Lines below starting with the line with "#130=ADVANCED_FACE('',(#126),#129,.F.);" and going on through the line with "END-ISO-10303-21;" must be output exactly; the rest of the records must be left out.

BEGIN INPUT DATA

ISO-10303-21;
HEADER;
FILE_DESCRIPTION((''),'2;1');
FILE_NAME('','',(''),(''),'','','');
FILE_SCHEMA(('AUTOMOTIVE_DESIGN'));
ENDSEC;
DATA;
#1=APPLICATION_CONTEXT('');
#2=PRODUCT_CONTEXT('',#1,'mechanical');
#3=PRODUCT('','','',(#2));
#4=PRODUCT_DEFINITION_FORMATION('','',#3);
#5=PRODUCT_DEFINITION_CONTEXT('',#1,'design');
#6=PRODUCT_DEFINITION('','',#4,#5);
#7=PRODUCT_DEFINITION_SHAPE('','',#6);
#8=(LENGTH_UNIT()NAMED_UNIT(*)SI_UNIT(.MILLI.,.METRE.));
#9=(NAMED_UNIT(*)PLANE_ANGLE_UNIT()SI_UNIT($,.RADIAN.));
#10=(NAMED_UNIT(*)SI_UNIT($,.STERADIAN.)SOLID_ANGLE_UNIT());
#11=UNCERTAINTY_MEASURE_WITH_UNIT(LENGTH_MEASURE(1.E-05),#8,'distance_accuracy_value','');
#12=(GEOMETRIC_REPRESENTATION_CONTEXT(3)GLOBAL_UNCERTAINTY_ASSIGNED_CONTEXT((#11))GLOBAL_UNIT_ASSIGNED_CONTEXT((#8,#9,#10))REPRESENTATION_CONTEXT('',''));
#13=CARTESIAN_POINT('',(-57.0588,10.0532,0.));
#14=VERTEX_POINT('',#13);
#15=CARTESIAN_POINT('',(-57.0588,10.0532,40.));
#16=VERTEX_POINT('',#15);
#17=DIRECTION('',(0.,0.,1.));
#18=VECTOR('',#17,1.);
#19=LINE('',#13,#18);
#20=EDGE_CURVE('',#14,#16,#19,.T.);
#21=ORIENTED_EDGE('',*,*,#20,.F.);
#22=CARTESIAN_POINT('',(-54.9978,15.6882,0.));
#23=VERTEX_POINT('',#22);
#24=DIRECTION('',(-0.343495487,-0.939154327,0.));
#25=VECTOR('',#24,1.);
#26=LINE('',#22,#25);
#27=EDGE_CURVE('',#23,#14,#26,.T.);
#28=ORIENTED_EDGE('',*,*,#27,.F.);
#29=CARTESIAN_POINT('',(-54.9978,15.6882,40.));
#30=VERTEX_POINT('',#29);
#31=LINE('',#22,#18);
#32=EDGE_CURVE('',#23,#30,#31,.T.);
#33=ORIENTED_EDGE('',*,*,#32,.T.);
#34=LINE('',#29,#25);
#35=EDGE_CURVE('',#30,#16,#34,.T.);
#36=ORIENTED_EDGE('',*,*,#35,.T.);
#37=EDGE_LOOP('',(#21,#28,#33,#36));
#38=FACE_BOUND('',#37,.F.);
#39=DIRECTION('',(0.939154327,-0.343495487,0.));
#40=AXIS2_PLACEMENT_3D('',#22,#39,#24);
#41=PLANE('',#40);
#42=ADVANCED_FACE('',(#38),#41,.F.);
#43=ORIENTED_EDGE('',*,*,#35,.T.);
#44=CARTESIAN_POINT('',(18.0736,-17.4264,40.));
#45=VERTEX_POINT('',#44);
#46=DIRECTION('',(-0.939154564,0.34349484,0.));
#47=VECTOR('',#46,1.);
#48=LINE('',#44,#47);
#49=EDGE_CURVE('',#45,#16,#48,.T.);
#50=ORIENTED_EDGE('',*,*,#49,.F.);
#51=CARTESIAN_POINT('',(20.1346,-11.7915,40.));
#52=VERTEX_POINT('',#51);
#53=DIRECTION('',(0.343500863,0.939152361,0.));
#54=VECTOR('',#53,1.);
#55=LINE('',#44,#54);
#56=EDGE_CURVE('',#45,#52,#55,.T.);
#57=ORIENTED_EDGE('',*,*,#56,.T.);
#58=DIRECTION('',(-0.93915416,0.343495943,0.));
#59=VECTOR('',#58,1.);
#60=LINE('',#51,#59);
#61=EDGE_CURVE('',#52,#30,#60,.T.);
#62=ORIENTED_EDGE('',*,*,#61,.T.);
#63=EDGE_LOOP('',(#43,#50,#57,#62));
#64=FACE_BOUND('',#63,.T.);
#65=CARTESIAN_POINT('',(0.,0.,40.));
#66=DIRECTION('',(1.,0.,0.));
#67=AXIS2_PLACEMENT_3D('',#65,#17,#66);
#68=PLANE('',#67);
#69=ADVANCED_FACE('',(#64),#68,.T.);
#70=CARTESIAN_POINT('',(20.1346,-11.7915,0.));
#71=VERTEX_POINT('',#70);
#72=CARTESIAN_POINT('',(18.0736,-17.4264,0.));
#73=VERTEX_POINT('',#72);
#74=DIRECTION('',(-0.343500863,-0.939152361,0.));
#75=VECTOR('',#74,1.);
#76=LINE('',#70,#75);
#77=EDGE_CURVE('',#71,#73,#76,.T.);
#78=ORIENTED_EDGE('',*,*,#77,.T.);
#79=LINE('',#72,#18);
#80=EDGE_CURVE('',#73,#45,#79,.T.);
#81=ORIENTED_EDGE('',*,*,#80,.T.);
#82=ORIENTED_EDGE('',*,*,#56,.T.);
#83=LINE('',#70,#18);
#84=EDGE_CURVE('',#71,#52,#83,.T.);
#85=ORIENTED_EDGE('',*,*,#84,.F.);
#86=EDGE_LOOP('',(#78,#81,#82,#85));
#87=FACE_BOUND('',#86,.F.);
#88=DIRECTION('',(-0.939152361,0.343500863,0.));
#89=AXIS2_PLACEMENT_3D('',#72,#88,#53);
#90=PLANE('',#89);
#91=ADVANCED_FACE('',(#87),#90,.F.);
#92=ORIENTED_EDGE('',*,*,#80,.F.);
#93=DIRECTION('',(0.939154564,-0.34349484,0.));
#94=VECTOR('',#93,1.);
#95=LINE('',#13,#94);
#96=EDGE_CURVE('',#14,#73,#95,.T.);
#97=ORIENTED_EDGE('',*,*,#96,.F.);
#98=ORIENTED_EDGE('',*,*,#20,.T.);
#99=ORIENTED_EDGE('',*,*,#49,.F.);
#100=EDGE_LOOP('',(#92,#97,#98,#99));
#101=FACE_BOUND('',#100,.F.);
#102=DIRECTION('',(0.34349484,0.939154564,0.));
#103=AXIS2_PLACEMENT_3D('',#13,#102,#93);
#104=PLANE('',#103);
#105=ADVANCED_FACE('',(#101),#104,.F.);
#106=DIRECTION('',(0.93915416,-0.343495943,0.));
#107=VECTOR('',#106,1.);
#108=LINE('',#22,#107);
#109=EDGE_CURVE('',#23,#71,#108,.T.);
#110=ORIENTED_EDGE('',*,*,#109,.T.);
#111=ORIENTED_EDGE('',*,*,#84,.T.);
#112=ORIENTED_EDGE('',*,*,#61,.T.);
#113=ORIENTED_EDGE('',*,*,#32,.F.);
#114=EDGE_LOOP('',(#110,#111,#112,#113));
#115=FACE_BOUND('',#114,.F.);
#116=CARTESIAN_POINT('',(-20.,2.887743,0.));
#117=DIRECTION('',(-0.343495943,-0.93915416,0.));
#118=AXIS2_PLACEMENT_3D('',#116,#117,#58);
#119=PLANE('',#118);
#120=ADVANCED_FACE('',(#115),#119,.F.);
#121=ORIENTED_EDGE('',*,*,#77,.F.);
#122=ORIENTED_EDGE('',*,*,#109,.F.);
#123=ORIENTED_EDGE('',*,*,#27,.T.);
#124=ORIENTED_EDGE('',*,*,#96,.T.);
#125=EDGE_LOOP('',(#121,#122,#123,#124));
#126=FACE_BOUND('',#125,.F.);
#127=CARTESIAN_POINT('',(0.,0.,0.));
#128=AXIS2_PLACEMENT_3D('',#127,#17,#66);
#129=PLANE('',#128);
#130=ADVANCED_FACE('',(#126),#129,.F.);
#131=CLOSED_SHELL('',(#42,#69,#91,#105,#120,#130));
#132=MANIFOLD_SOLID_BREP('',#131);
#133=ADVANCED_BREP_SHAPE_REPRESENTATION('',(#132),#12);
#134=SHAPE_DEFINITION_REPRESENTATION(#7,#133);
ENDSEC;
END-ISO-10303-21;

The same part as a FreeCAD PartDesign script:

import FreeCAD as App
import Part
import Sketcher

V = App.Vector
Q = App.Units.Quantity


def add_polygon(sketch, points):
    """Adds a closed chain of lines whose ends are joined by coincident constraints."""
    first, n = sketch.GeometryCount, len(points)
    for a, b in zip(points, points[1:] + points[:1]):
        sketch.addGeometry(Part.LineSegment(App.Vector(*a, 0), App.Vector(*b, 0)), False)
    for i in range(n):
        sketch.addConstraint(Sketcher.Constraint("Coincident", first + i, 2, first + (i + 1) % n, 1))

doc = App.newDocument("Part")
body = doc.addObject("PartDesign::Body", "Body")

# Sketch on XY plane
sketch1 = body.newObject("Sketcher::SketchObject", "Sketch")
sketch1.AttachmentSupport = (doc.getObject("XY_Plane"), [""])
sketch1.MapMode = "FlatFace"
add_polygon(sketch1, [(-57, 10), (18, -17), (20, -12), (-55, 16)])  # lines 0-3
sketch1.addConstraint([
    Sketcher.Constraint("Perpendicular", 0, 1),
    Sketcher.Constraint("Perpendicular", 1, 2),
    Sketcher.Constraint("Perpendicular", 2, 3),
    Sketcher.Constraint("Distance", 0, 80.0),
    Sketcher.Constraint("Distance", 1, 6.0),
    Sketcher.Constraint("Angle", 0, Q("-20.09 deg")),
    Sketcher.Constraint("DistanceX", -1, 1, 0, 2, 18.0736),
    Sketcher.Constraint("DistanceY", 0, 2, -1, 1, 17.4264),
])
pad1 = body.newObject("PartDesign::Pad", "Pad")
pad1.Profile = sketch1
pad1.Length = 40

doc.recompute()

END INPUT DATA
BEGIN INPUT DATA

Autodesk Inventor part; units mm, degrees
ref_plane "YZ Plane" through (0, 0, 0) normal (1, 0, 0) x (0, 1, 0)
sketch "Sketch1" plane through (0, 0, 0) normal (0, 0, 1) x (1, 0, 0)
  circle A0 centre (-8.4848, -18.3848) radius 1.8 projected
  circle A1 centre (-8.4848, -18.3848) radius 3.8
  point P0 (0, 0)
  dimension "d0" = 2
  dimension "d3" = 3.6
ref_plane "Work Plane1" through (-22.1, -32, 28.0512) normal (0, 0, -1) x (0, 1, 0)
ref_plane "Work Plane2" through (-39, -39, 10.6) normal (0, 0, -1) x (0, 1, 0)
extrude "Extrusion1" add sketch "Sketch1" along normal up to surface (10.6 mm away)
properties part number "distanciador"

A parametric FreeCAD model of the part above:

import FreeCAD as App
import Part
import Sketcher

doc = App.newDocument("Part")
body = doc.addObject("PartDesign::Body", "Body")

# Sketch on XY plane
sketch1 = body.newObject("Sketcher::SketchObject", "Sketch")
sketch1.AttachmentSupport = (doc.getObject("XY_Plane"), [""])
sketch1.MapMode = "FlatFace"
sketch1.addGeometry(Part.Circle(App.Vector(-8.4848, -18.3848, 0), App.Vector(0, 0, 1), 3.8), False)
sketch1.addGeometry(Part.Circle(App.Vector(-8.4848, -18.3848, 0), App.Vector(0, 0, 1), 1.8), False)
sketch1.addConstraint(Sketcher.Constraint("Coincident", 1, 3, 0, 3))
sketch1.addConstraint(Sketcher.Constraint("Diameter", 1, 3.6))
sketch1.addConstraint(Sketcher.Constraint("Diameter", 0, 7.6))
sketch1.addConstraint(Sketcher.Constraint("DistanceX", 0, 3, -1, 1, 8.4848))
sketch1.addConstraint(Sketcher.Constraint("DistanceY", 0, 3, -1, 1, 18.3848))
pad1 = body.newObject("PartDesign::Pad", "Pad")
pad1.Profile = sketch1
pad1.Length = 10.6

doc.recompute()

END INPUT DATA

WRITTEN ANSWER:
#130=ADVANCED_FACE('',(#126),#129,.F.);
#131=CLOSED_SHELL('',(#42,#69,#91,#105,#120,#130));
#132=MANIFOLD_SOLID_BREP('',#131);
#133=ADVANCED_BREP_SHAPE_REPRESENTATION('',(#132),#12);
#134=SHAPE_DEFINITION_REPRESENTATION(#7,#133);
ENDSEC;
END-ISO-10303-21;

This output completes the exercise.